> Dataset records:
========

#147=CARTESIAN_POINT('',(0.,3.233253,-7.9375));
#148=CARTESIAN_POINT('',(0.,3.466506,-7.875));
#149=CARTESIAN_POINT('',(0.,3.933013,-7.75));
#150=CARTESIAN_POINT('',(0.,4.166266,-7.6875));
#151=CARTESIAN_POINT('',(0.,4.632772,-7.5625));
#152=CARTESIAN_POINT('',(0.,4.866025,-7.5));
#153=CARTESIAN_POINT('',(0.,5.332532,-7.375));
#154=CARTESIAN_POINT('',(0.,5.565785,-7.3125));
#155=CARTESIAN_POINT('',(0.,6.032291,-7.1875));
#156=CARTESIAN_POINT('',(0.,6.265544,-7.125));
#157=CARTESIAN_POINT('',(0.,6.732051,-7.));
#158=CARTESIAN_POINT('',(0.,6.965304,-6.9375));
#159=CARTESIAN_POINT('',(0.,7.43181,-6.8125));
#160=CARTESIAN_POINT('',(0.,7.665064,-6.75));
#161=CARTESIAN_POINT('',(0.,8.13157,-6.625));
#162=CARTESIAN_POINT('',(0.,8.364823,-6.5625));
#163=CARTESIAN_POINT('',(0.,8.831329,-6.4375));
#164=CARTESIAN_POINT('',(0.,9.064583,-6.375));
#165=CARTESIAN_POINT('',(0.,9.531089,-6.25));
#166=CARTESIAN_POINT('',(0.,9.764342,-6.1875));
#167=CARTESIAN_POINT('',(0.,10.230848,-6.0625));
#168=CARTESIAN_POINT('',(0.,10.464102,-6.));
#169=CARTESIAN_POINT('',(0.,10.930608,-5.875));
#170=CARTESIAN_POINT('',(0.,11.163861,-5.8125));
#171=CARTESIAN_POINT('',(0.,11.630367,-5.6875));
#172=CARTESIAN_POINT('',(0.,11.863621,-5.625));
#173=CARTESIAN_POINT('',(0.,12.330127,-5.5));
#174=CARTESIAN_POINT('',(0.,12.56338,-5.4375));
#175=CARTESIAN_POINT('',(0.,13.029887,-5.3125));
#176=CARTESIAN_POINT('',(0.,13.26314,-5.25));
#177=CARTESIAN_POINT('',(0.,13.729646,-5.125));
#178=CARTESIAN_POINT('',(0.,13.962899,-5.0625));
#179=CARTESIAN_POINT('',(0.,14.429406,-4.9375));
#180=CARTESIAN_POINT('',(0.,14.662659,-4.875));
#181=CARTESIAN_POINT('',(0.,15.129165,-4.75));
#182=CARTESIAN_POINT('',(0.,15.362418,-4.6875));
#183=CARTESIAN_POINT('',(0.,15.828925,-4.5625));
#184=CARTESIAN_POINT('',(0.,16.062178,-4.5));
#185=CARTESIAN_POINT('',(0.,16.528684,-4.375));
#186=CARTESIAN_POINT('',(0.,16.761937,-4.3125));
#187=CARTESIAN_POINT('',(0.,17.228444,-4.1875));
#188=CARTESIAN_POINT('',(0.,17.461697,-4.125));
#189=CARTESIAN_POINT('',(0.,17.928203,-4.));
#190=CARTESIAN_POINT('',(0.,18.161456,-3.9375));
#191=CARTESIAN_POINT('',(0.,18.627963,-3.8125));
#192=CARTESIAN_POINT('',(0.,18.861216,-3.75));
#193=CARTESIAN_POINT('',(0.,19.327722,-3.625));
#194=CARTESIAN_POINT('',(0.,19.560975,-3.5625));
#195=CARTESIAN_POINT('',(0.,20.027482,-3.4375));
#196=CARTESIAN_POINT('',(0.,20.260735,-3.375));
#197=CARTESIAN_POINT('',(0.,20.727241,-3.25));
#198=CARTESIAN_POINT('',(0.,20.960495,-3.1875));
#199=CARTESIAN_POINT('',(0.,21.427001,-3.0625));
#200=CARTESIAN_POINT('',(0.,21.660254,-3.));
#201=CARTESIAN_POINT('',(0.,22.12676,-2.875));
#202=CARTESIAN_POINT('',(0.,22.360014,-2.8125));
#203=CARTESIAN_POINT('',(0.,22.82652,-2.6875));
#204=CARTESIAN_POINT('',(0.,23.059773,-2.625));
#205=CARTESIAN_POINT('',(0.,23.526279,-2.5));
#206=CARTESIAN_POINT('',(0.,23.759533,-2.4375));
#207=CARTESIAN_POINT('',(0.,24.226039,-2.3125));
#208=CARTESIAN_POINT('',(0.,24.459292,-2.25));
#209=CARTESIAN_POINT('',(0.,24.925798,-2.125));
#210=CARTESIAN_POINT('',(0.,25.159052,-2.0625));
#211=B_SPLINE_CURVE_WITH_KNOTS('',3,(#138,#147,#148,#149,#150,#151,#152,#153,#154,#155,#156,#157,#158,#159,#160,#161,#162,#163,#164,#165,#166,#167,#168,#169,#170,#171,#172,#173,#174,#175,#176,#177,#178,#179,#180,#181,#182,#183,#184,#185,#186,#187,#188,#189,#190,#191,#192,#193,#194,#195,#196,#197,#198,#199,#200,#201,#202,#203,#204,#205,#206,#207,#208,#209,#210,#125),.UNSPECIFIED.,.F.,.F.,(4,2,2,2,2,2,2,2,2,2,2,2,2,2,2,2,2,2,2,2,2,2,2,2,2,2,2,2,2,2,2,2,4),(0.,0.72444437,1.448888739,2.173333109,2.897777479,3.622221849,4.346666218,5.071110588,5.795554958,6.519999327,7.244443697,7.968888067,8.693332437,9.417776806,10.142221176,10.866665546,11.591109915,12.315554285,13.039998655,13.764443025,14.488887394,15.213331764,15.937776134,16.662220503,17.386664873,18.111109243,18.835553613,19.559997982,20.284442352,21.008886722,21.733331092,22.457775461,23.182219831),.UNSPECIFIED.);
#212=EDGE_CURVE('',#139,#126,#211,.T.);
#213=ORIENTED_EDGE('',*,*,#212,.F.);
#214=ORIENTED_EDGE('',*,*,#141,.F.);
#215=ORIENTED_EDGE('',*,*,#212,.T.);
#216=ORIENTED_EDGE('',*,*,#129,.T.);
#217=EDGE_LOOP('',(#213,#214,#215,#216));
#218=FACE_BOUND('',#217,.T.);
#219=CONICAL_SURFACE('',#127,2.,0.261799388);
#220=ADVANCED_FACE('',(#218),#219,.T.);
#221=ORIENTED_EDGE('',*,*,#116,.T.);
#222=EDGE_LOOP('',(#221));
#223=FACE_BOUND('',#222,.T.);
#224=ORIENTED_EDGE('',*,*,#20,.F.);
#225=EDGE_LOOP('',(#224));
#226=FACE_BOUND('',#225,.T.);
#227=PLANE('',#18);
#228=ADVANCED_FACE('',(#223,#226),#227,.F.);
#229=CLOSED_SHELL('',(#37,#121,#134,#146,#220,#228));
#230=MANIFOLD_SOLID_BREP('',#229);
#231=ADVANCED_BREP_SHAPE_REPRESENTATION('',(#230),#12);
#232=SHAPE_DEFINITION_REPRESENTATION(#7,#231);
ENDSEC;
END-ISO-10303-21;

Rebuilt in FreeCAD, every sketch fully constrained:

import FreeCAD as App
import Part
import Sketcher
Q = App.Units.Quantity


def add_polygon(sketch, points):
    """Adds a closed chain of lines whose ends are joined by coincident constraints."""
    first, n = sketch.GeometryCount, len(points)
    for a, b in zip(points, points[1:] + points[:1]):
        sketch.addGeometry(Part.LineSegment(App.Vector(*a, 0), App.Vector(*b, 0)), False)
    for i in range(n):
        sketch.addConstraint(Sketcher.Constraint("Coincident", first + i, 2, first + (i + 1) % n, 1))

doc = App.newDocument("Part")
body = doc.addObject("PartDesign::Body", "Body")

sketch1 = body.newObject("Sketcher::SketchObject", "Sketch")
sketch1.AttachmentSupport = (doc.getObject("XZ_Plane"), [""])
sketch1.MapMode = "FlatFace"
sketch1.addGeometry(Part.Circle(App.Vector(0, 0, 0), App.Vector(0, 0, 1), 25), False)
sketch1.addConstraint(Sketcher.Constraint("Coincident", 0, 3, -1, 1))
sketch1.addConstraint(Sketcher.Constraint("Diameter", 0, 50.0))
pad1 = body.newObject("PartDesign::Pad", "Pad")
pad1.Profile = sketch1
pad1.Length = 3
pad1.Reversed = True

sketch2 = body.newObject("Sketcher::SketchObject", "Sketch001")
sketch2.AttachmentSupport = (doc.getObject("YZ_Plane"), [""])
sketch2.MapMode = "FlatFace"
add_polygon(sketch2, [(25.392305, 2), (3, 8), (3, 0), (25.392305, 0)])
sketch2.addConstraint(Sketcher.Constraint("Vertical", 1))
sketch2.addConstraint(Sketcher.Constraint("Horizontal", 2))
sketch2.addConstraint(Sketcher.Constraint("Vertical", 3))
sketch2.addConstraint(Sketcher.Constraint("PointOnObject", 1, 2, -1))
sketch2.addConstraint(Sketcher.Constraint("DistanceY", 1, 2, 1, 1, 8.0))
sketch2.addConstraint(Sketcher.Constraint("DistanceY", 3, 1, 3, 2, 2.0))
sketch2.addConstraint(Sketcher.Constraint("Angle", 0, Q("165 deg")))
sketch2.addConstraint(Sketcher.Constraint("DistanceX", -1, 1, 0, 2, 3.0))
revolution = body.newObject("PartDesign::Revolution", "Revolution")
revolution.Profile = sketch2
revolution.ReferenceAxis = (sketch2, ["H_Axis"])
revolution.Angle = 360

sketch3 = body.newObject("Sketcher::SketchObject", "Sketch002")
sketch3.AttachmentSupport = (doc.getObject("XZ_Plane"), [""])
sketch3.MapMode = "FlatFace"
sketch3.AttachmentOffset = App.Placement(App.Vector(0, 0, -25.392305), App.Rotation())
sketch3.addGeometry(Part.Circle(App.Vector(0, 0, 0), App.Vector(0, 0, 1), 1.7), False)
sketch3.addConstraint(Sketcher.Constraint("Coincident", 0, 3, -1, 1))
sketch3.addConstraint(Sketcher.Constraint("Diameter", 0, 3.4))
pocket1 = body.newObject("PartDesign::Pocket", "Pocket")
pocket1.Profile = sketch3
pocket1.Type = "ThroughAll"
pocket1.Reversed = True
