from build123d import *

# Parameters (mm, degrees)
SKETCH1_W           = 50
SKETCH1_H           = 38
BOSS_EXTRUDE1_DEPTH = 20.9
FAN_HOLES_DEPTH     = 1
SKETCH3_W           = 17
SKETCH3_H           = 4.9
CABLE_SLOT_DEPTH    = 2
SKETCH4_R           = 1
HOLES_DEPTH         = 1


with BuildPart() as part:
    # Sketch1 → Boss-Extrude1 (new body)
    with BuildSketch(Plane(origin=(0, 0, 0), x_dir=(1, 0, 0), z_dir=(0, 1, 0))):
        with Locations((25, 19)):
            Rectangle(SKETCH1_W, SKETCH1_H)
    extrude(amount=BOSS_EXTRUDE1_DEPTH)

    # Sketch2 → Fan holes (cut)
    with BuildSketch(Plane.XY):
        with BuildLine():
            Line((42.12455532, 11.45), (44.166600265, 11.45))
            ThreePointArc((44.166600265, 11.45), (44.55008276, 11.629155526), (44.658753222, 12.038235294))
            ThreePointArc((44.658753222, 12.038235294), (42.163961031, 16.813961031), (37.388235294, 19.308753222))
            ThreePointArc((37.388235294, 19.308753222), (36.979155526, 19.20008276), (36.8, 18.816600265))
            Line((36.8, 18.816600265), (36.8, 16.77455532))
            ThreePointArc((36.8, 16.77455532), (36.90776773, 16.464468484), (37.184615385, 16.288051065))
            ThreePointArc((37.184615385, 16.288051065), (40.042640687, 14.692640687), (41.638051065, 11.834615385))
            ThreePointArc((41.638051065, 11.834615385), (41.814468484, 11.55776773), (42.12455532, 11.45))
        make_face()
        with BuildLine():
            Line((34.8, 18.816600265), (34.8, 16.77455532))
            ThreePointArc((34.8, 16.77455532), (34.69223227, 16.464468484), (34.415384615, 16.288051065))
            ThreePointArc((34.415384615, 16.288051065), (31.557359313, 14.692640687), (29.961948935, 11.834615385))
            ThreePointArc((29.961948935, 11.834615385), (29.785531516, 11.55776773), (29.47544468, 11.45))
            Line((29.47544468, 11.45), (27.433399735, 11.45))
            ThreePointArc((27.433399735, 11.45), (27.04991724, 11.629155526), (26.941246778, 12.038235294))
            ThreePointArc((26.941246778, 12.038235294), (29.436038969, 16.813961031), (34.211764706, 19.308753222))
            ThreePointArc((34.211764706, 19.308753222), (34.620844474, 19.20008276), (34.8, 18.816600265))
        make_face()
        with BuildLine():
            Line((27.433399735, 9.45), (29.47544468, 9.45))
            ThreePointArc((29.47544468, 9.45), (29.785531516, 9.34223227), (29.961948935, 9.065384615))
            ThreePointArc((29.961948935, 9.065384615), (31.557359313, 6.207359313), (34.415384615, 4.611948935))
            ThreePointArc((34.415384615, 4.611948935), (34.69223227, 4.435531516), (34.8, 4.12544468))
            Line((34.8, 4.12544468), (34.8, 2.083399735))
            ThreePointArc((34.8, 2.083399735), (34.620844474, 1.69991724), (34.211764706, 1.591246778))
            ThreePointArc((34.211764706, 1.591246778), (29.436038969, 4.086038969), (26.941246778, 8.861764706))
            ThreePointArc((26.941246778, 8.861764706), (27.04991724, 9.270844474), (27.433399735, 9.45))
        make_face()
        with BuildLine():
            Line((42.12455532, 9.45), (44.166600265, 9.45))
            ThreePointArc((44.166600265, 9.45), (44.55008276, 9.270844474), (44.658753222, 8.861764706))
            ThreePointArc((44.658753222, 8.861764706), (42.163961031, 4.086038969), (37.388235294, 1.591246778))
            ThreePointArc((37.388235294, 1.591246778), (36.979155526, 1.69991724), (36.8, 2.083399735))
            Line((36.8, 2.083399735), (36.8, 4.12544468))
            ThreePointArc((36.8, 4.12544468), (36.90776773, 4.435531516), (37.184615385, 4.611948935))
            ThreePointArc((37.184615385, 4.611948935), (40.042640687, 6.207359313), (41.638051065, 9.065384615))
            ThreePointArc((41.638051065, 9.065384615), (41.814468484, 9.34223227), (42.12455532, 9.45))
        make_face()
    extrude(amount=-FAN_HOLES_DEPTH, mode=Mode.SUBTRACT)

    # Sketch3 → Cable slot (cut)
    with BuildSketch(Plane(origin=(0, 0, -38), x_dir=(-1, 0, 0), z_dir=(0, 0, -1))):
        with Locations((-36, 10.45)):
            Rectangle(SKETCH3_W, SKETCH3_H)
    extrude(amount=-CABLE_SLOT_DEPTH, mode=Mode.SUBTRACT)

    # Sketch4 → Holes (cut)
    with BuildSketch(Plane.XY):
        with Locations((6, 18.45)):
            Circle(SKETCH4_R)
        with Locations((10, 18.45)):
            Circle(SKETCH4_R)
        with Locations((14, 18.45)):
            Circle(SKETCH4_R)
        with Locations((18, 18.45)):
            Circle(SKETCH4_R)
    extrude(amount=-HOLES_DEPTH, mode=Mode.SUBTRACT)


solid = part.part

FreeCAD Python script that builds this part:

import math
import FreeCAD as App
import Part
import Sketcher
from FreeCAD import Vector


def add_polygon(sketch, points):
    """Adds a closed chain of lines whose ends are joined by coincident constraints."""
    first, n = sketch.GeometryCount, len(points)
    for a, b in zip(points, points[1:] + points[:1]):
        sketch.addGeometry(Part.LineSegment(App.Vector(*a, 0), App.Vector(*b, 0)), False)
    for i in range(n):
        sketch.addConstraint(Sketcher.Constraint("Coincident", first + i, 2, first + (i + 1) % n, 1))

doc = App.newDocument("Part")
body = doc.addObject("PartDesign::Body", "Body")

# Sketch on XZ plane
sketch1 = body.newObject("Sketcher::SketchObject", "Sketch")
sketch1.AttachmentSupport = (doc.getObject("XZ_Plane"), [""])
sketch1.MapMode = "FlatFace"
add_polygon(sketch1, [(0, -38), (0, 0), (50, 0), (50, -38)])  # lines 0-3
sketch1.addConstraint([
    Sketcher.Constraint("Vertical", 0),
    Sketcher.Constraint("Horizontal", 1),
    Sketcher.Constraint("Vertical", 2),
    Sketcher.Constraint("Horizontal", 3),
    Sketcher.Constraint("Coincident", 0, 2, -1, 1),
    Sketcher.Constraint("DistanceX", 1, 1, 1, 2, 50.0),
    Sketcher.Constraint("DistanceY", 0, 1, 0, 2, 38.0),
])
pad1 = body.newObject("PartDesign::Pad", "Pad")
pad1.Profile = sketch1
pad1.Length = 20.9
pad1.Reversed = True

# Sketch on XY plane
sketch2 = body.newObject("Sketcher::SketchObject", "Sketch001")
sketch2.AttachmentSupport = (doc.getObject("XY_Plane"), [""])
sketch2.MapMode = "FlatFace"
sketch2.addGeometry([
    Part.LineSegment(Vector(42.12, 11.45, 0), Vector(44.17, 11.45, 0)),  # 0
    Part.ArcOfCircle(Part.Circle(Vector(44.17, 11.95, 0), Vector(0, 0, 1), 0.5), math.radians(-90), math.radians(10)),  # 1
    Part.ArcOfCircle(Part.Circle(Vector(35.8, 10.45, 0), Vector(0, 0, 1), 9), math.radians(10), math.radians(80)),  # 2
    Part.ArcOfCircle(Part.Circle(Vector(37.3, 18.82, 0), Vector(0, 0, 1), 0.5), math.radians(80), math.radians(180)),  # 3
    Part.LineSegment(Vector(36.8, 18.82, 0), Vector(36.8, 16.77, 0)),  # 4
    Part.ArcOfCircle(Part.Circle(Vector(37.3, 16.77, 0), Vector(0, 0, 1), 0.5), math.radians(-180), math.radians(-103)),  # 5
    Part.ArcOfCircle(Part.Circle(Vector(35.8, 10.45, 0), Vector(0, 0, 1), 6), math.radians(13), math.radians(77)),  # 6
    Part.ArcOfCircle(Part.Circle(Vector(42.12, 11.95, 0), Vector(0, 0, 1), 0.5), math.radians(-167), math.radians(-90)),  # 7
    Part.LineSegment(Vector(34.8, 16.77, 0), Vector(34.8, 18.82, 0)),  # 8
    Part.ArcOfCircle(Part.Circle(Vector(34.3, 18.82, 0), Vector(0, 0, 1), 0.5), math.radians(0), math.radians(100)),  # 9
    Part.ArcOfCircle(Part.Circle(Vector(35.8, 10.45, 0), Vector(0, 0, 1), 9), math.radians(100), math.radians(170)),  # 10
    Part.ArcOfCircle(Part.Circle(Vector(27.43, 11.95, 0), Vector(0, 0, 1), 0.5), math.radians(170), math.radians(270)),  # 11
    Part.LineSegment(Vector(27.43, 11.45, 0), Vector(29.48, 11.45, 0)),  # 12
    Part.ArcOfCircle(Part.Circle(Vector(29.48, 11.95, 0), Vector(0, 0, 1), 0.5), math.radians(-90), math.radians(-13)),  # 13
    Part.ArcOfCircle(Part.Circle(Vector(35.8, 10.45, 0), Vector(0, 0, 1), 6), math.radians(103), math.radians(167)),  # 14
    Part.ArcOfCircle(Part.Circle(Vector(34.3, 16.77, 0), Vector(0, 0, 1), 0.5), math.radians(-77), math.radians(0)),  # 15
    Part.LineSegment(Vector(29.48, 9.45, 0), Vector(27.43, 9.45, 0)),  # 16
    Part.ArcOfCircle(Part.Circle(Vector(27.43, 8.95, 0), Vector(0, 0, 1), 0.5), math.radians(90), math.radians(190)),  # 17
    Part.ArcOfCircle(Part.Circle(Vector(35.8, 10.45, 0), Vector(0, 0, 1), 9), math.radians(-170), math.radians(-100)),  # 18
    Part.ArcOfCircle(Part.Circle(Vector(34.3, 2.08, 0), Vector(0, 0, 1), 0.5), math.radians(-100), math.radians(0)),  # 19
    Part.LineSegment(Vector(34.8, 2.08, 0), Vector(34.8, 4.13, 0)),  # 20
    Part.ArcOfCircle(Part.Circle(Vector(34.3, 4.13, 0), Vector(0, 0, 1), 0.5), math.radians(0), math.radians(77)),  # 21
    Part.ArcOfCircle(Part.Circle(Vector(35.8, 10.45, 0), Vector(0, 0, 1), 6), math.radians(-167), math.radians(-103)),  # 22
    Part.ArcOfCircle(Part.Circle(Vector(29.48, 8.95, 0), Vector(0, 0, 1), 0.5), math.radians(13), math.radians(90)),  # 23
    Part.LineSegment(Vector(44.17, 9.45, 0), Vector(42.12, 9.45, 0)),  # 24
    Part.ArcOfCircle(Part.Circle(Vector(42.12, 8.95, 0), Vector(0, 0, 1), 0.5), math.radians(90), math.radians(167)),  # 25
    Part.ArcOfCircle(Part.Circle(Vector(35.8, 10.45, 0), Vector(0, 0, 1), 6), math.radians(-77), math.radians(-13)),  # 26
    Part.ArcOfCircle(Part.Circle(Vector(37.3, 4.13, 0), Vector(0, 0, 1), 0.5), math.radians(103), math.radians(180)),  # 27
    Part.LineSegment(Vector(36.8, 4.13, 0), Vector(36.8, 2.08, 0)),  # 28
    Part.ArcOfCircle(Part.Circle(Vector(37.3, 2.08, 0), Vector(0, 0, 1), 0.5), math.radians(180), math.radians(280)),  # 29
    Part.ArcOfCircle(Part.Circle(Vector(35.8, 10.45, 0), Vector(0, 0, 1), 9), math.radians(-80), math.radians(-10)),  # 30
    Part.ArcOfCircle(Part.Circle(Vector(44.17, 8.95, 0), Vector(0, 0, 1), 0.5), math.radians(-10), math.radians(90)),  # 31
], False)
sketch2.addConstraint([
    Sketcher.Constraint("Tangent", 0, 2, 1, 1),
    Sketcher.Constraint("Tangent", 1, 2, 2, 1),
    Sketcher.Constraint("Tangent", 2, 2, 3, 1),
    Sketcher.Constraint("Tangent", 3, 2, 4, 1),
    Sketcher.Constraint("Tangent", 4, 2, 5, 1),
    Sketcher.Constraint("Tangent", 5, 2, 6, 2),
    Sketcher.Constraint("Tangent", 6, 1, 7, 1),
    Sketcher.Constraint("Tangent", 7, 2, 0, 1),
    Sketcher.Constraint("Tangent", 8, 2, 9, 1),
    Sketcher.Constraint("Tangent", 9, 2, 10, 1),
    Sketcher.Constraint("Tangent", 10, 2, 11, 1),
    Sketcher.Constraint("Tangent", 11, 2, 12, 1),
    Sketcher.Constraint("Tangent", 12, 2, 13, 1),
    Sketcher.Constraint("Tangent", 13, 2, 14, 2),
    Sketcher.Constraint("Tangent", 14, 1, 15, 1),
    Sketcher.Constraint("Tangent", 15, 2, 8, 1),
    Sketcher.Constraint("Tangent", 16, 2, 17, 1),
    Sketcher.Constraint("Tangent", 17, 2, 18, 1),
    Sketcher.Constraint("Tangent", 18, 2, 19, 1),
    Sketcher.Constraint("Tangent", 19, 2, 20, 1),
    Sketcher.Constraint("Tangent", 20, 2, 21, 1),
    Sketcher.Constraint("Tangent", 21, 2, 22, 2),
    Sketcher.Constraint("Tangent", 22, 1, 23, 1),
    Sketcher.Constraint("Tangent", 23, 2, 16, 1),
    Sketcher.Constraint("Tangent", 24, 2, 25, 1),
    Sketcher.Constraint("Tangent", 25, 2, 26, 2),
    Sketcher.Constraint("Tangent", 26, 1, 27, 1),
    Sketcher.Constraint("Tangent", 27, 2, 28, 1),
    Sketcher.Constraint("Tangent", 28, 2, 29, 1),
    Sketcher.Constraint("Tangent", 29, 2, 30, 1),
    Sketcher.Constraint("Tangent", 30, 2, 31, 1),
    Sketcher.Constraint("Tangent", 31, 2, 24, 1),
    Sketcher.Constraint("Horizontal", 0),
    Sketcher.Constraint("Vertical", 4),
    Sketcher.Constraint("Vertical", 8),
    Sketcher.Constraint("Horizontal", 12),
    Sketcher.Constraint("Horizontal", 16),
    Sketcher.Constraint("Vertical", 20),
    Sketcher.Constraint("Horizontal", 24),
    Sketcher.Constraint("Vertical", 28),
    Sketcher.Constraint("Coincident", 6, 3, 2, 3),
    Sketcher.Constraint("Coincident", 10, 3, 2, 3),
    Sketcher.Constraint("Coincident", 14, 3, 2, 3),
    Sketcher.Constraint("Coincident", 18, 3, 2, 3),
    Sketcher.Constraint("Coincident", 22, 3, 2, 3),
    Sketcher.Constraint("Coincident", 26, 3, 2, 3),
    Sketcher.Constraint("Coincident", 30, 3, 2, 3),
    Sketcher.Constraint("Equal", 1, 3),
    Sketcher.Constraint("Equal", 3, 5),
    Sketcher.Constraint("Equal", 5, 7),
    Sketcher.Constraint("Equal", 7, 9),
    Sketcher.Constraint("Equal", 2, 10),
    Sketcher.Constraint("Equal", 9, 11),
    Sketcher.Constraint("Equal", 11, 13),
    Sketcher.Constraint("Equal", 6, 14),
    Sketcher.Constraint("Equal", 13, 15),
    Sketcher.Constraint("Equal", 15, 17),
    Sketcher.Constraint("Equal", 10, 18),
    Sketcher.Constraint("Equal", 17, 19),
    Sketcher.Constraint("Equal", 19, 21),
    Sketcher.Constraint("Equal", 14, 22),
    Sketcher.Constraint("Equal", 21, 23),
    Sketcher.Constraint("Equal", 23, 25),
    Sketcher.Constraint("Equal", 22, 26),
    Sketcher.Constraint("Equal", 25, 27),
    Sketcher.Constraint("Equal", 27, 29),
    Sketcher.Constraint("Equal", 18, 30),
    Sketcher.Constraint("Equal", 29, 31),
    Sketcher.Constraint("Horizontal", 3, 3, 9, 3),
    Sketcher.Constraint("Horizontal", 7, 3, 11, 3),
    Sketcher.Constraint("Horizontal", 23, 3, 25, 3),
    Sketcher.Constraint("Horizontal", 21, 3, 27, 3),
    Sketcher.Constraint("Vertical", 11, 3, 17, 3),
    Sketcher.Constraint("Vertical", 15, 3, 19, 3),
    Sketcher.Constraint("Equal", 24, 4),
    Sketcher.Constraint("Radius", 2, 9.0),
    Sketcher.Constraint("Radius", 6, 6.0),
    Sketcher.Constraint("Radius", 1, 0.5),
    Sketcher.Constraint("DistanceX", 9, 3, 3, 3, 3.0),
    Sketcher.Constraint("DistanceX", -1, 1, 2, 3, 35.8),
    Sketcher.Constraint("DistanceY", -1, 1, 1, 3, 11.95),
])
pocket1 = body.newObject("PartDesign::Pocket", "Pocket")
pocket1.Profile = sketch2
pocket1.Length = 1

========

> Action item:
The required answer is the exact run of lines above starting at the line with "#159=CARTESIAN_POINT('',(0.,7.43181,-6.8125));" and ending at the line with "#163=CARTESIAN_POINT('',(0.,8.831329,-6.4375));", with both ends present.

> Answer to the exercise:
#159=CARTESIAN_POINT('',(0.,7.43181,-6.8125));
#160=CARTESIAN_POINT('',(0.,7.665064,-6.75));
#161=CARTESIAN_POINT('',(0.,8.13157,-6.625));
#162=CARTESIAN_POINT('',(0.,8.364823,-6.5625));
#163=CARTESIAN_POINT('',(0.,8.831329,-6.4375));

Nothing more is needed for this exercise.